Persistent Organic White‐Emitting Afterglow from Ultralong Thermally Activated Delayed Fluorescence and Room‐Temperature Phosphorescence

The current organic white light emission is unabiding and excited by UV light. This work presents the first ultralong organic room‐temperature white‐emitting crystal from 2,6‐di(carbazol‐9‐yl)benzonitrile that emits prompt blue light and delayed white light. Impressively, this white afterglow is nondiscoloring and exhibits high photoluminescence (PL) efficiency over 6% and ultralong lifetime over 900 ms and can be excited at wide wavelengths of 300–520 nm.
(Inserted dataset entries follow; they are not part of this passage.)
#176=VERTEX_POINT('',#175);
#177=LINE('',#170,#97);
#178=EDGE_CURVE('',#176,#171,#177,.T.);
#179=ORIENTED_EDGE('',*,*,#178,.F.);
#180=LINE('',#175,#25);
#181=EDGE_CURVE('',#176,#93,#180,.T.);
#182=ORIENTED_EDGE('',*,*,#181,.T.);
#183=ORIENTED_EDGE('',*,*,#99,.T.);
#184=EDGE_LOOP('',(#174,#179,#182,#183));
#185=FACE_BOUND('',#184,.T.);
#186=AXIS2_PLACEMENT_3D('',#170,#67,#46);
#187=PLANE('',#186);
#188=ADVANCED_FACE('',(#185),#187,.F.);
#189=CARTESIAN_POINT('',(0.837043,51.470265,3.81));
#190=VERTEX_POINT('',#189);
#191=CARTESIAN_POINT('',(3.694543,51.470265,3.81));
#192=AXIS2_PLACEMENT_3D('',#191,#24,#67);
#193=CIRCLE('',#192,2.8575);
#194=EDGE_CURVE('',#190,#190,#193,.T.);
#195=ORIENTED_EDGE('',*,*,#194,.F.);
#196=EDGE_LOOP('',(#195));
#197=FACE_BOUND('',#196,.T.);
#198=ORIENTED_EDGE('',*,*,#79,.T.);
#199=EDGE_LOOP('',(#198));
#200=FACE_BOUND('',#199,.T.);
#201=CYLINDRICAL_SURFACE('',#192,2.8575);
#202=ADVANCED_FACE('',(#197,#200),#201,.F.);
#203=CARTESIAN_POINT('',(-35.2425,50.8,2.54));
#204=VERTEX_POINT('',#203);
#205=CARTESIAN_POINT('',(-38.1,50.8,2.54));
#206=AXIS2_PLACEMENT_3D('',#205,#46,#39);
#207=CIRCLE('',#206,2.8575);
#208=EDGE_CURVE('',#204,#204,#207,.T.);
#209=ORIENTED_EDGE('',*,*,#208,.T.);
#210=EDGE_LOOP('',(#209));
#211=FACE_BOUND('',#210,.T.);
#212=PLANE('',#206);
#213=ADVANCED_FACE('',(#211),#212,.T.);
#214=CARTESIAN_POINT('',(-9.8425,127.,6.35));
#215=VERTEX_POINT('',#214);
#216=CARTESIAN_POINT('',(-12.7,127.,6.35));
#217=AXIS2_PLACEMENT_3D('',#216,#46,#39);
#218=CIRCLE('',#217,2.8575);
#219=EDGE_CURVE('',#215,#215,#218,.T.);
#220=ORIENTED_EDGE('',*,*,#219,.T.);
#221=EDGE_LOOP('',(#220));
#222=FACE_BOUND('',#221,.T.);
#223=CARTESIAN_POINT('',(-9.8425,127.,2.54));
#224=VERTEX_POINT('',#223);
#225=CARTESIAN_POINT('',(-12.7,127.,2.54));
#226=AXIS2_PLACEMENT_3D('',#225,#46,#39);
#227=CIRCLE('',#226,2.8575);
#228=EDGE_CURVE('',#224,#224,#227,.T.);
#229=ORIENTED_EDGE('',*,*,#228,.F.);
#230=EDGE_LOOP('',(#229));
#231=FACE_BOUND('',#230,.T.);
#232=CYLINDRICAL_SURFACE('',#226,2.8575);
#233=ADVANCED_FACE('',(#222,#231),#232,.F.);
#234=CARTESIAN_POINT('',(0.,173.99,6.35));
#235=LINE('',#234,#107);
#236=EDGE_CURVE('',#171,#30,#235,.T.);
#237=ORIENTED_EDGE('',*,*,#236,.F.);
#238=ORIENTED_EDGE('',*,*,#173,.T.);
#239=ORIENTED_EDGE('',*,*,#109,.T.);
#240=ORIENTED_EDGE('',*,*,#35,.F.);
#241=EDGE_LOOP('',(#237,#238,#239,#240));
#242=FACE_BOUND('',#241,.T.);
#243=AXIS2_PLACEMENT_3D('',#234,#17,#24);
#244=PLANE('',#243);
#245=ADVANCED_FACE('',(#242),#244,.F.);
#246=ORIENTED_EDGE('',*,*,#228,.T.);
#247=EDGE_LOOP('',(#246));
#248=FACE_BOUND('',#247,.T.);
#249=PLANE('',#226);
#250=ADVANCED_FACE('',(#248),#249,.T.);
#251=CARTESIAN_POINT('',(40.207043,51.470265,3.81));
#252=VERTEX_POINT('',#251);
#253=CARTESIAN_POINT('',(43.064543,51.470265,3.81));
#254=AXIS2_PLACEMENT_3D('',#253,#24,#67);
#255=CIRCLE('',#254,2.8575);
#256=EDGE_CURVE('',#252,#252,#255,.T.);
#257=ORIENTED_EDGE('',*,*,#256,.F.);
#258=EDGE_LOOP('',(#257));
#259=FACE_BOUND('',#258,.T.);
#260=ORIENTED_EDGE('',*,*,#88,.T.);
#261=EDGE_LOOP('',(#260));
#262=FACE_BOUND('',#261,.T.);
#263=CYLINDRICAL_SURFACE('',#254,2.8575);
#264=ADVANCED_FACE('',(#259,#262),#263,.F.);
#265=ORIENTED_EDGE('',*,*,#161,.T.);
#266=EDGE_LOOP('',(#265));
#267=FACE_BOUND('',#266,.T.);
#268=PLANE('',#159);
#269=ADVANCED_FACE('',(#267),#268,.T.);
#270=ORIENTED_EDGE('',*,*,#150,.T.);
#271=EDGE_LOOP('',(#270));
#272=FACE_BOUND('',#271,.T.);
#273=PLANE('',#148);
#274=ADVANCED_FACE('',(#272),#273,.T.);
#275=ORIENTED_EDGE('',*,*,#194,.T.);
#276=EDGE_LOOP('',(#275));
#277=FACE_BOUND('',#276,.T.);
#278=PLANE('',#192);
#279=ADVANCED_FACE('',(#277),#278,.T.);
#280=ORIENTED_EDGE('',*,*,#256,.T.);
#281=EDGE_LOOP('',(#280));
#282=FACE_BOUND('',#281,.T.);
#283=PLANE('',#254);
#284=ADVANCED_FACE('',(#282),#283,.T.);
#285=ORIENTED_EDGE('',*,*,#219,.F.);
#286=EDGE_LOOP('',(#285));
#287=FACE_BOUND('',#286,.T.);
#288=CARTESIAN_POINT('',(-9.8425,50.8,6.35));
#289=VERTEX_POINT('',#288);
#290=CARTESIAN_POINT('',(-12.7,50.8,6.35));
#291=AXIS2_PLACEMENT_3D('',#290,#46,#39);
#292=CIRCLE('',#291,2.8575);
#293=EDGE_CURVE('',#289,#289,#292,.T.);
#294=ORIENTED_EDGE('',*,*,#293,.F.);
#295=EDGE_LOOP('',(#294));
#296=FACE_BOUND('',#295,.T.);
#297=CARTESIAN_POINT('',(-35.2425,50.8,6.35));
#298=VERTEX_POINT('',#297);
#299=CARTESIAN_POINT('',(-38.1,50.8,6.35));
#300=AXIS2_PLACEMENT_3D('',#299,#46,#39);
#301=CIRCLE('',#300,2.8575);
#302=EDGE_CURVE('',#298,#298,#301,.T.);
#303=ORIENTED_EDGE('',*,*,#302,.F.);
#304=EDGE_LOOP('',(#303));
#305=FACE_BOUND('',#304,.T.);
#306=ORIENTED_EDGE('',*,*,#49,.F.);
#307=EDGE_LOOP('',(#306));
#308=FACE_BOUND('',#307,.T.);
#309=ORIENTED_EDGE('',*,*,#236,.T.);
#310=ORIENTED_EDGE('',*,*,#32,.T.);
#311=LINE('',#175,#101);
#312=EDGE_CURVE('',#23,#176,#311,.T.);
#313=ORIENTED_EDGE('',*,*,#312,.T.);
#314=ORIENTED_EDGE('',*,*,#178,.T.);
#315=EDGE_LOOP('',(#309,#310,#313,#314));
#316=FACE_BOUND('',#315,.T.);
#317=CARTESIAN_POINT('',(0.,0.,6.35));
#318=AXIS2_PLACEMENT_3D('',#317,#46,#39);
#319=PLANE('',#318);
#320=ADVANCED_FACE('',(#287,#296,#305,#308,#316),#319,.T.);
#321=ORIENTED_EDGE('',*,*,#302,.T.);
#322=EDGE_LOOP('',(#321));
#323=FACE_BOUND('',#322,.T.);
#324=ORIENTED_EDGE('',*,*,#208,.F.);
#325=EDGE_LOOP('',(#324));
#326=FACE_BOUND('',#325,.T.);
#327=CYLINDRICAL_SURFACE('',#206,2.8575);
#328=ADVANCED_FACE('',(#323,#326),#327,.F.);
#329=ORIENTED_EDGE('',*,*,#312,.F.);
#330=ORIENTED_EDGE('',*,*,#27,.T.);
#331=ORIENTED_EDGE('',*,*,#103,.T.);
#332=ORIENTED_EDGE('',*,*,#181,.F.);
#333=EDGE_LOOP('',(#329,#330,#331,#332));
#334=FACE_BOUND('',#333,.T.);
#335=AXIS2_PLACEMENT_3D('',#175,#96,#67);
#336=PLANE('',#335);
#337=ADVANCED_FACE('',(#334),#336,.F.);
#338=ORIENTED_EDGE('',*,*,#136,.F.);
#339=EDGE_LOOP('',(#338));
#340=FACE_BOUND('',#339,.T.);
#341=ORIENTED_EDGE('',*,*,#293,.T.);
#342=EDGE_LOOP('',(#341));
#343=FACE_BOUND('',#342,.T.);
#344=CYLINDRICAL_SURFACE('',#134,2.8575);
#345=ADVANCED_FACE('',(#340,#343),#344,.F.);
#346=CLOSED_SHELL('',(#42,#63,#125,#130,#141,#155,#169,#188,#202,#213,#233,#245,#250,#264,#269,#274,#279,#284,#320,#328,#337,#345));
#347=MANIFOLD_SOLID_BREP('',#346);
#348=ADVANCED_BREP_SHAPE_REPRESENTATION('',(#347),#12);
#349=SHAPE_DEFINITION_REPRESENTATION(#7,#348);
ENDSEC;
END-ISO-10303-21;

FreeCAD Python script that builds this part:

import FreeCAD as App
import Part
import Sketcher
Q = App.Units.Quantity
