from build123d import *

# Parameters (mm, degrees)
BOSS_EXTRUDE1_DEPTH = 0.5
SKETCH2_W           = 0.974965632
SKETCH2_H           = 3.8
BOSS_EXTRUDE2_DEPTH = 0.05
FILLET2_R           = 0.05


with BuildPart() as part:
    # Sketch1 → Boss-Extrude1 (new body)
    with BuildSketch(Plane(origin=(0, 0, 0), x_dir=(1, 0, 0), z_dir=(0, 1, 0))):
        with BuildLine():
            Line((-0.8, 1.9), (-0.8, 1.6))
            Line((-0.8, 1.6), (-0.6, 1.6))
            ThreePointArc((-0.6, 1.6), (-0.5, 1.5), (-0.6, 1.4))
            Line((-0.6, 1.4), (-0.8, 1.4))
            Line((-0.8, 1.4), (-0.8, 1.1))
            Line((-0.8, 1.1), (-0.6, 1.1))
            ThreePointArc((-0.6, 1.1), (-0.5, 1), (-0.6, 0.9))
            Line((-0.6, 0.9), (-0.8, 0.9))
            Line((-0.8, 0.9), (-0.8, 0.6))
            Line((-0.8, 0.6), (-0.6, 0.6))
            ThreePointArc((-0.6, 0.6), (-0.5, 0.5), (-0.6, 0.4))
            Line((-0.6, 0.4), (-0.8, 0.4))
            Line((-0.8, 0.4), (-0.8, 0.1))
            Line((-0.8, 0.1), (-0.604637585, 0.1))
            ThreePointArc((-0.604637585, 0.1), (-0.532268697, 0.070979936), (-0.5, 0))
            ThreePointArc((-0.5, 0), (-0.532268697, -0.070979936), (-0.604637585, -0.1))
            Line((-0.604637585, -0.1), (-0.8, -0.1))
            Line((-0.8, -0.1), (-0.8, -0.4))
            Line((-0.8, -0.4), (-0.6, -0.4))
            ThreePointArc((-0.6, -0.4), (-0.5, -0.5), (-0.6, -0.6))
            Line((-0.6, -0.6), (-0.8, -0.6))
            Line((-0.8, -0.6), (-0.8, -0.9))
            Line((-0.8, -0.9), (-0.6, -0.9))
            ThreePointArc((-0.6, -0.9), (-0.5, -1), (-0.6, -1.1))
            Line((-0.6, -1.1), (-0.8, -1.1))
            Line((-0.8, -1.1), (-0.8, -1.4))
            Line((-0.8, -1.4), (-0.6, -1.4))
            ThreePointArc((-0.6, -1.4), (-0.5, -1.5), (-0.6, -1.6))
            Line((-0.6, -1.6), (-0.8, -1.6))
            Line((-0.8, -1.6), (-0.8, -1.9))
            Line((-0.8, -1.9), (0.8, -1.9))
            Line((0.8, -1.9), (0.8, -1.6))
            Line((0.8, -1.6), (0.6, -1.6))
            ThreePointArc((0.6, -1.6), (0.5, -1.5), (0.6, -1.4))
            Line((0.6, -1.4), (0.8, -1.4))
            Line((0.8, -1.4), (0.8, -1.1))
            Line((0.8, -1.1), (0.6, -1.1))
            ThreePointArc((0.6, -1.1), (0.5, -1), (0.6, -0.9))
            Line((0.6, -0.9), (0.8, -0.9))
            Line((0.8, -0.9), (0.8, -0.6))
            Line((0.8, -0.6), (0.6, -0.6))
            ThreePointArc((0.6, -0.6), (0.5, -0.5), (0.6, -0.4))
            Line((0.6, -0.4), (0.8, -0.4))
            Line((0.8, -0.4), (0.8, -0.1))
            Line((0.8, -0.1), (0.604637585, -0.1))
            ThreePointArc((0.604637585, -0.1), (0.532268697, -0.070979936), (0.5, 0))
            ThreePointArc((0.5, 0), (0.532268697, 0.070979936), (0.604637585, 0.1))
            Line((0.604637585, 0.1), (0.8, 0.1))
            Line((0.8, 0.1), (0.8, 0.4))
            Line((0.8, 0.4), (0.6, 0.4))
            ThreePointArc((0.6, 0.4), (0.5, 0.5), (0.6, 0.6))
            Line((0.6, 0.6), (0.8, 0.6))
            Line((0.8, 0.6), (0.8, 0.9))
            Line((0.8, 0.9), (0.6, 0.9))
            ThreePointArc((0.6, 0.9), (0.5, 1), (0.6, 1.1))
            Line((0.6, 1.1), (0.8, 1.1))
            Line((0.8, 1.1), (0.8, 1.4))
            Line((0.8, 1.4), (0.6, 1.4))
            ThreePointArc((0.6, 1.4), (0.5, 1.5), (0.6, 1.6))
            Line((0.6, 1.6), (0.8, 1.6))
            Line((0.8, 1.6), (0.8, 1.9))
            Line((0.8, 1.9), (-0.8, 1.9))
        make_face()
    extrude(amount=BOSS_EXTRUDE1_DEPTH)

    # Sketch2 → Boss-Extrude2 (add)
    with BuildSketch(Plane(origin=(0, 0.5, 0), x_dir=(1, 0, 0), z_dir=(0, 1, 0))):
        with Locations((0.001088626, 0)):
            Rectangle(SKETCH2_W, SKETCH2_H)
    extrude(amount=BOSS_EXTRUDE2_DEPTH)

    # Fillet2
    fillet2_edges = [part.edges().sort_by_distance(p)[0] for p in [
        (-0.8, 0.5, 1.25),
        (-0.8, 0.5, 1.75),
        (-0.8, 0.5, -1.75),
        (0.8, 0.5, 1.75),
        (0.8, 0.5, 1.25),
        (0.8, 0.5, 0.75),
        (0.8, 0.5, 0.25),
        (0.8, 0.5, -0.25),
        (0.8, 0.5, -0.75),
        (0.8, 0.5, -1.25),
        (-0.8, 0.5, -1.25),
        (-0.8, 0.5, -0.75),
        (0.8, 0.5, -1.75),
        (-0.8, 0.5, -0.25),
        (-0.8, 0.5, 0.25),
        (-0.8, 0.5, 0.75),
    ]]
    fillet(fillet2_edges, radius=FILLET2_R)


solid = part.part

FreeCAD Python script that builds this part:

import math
import FreeCAD as App
import Part
import Sketcher


def edges_at(feature, points):
    """Names of the edges that pass closest to the given points."""
    edges = feature.Shape.Edges
    near = lambda p: min(range(len(edges)), key=lambda i: edges[i].distToShape(Part.Vertex(*p))[0])
    return sorted({f"Edge{near(p) + 1}" for p in points})


def add_polygon(sketch, points):
    """Adds a closed chain of lines whose ends are joined by coincident constraints."""
    first, n = sketch.GeometryCount, len(points)
    for a, b in zip(points, points[1:] + points[:1]):
        sketch.addGeometry(Part.LineSegment(App.Vector(*a, 0), App.Vector(*b, 0)), False)
    for i in range(n):
        sketch.addConstraint(Sketcher.Constraint("Coincident", first + i, 2, first + (i + 1) % n, 1))

doc = App.newDocument("Part")
body = doc.addObject("PartDesign::Body", "Body")

# Sketch on XZ plane
sketch1 = body.newObject("Sketcher::SketchObject", "Sketch")
sketch1.AttachmentSupport = (doc.getObject("XZ_Plane"), [""])
sketch1.MapMode = "FlatFace"
sketch1.addGeometry(Part.LineSegment(App.Vector(-0.8, -1.9, 0), App.Vector(-0.8, -1.6, 0)), False)
sketch1.addGeometry(Part.LineSegment(App.Vector(-0.8, -1.6, 0), App.Vector(-0.6, -1.6, 0)), False)
sketch1.addGeometry(Part.ArcOfCircle(Part.Circle(App.Vector(-0.6, -1.5, 0), App.Vector(0, 0, 1), 0.1), math.radians(-90), math.radians(90)), False)
sketch1.addGeometry(Part.LineSegment(App.Vector(-0.6, -1.4, 0), App.Vector(-0.8, -1.4, 0)), False)
sketch1.addGeometry(Part.LineSegment(App.Vector(-0.8, -1.4, 0), App.Vector(-0.8, -1.1, 0)), False)
sketch1.addGeometry(Part.LineSegment(App.Vector(-0.8, -1.1, 0), App.Vector(-0.6, -1.1, 0)), False)
sketch1.addGeometry(Part.ArcOfCircle(Part.Circle(App.Vector(-0.6, -1, 0), App.Vector(0, 0, 1), 0.1), math.radians(-90), math.radians(90)), False)
sketch1.addGeometry(Part.LineSegment(App.Vector(-0.6, -0.9, 0), App.Vector(-0.8, -0.9, 0)), False)
sketch1.addGeometry(Part.LineSegment(App.Vector(-0.8, -0.9, 0), App.Vector(-0.8, -0.6, 0)), False)
sketch1.addGeometry(Part.LineSegment(App.Vector(-0.8, -0.6, 0), App.Vector(-0.6, -0.6, 0)), False)
sketch1.addGeometry(Part.ArcOfCircle(Part.Circle(App.Vector(-0.6, -0.5, 0), App.Vector(0, 0, 1), 0.1), math.radians(-90), math.radians(90)), False)
sketch1.addGeometry(Part.LineSegment(App.Vector(-0.6, -0.4, 0), App.Vector(-0.8, -0.4, 0)), False)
Single‐crystal analysis and room‐ and low‐temperature PL reveal that this V‐type double D–A molecule can adopt different twisted conformations to pack together and form two kinds of ultralong room‐temperature afterglow crystals, and the vertical conformation can greatly reduce the energy gap between the lowest singlet and triplet states and prolong the reverse intersystem crossing to enable persistent and visible‐light excitable hybrid white‐emitting afterglow consisting of ultralong thermally activated delayed fluorescence and room‐temperature phosphorescence. 2,6‐Di(carbazol‐9‐yl)benzonitrile from commercial carbazole can form unique stacking structure to boost the reverse intersystem crossing and yellow room‐temperature phosphorescence emission. An efficient, persistent, nondiscoloring, and visible‐light excitable (300–520 nm) white‐emitting afterglow is first realized through the hybrid dual emission of both long‐lived thermally activated delayed blue fluorescence and isomer‐stabilized yellow phosphorescence at room temperature.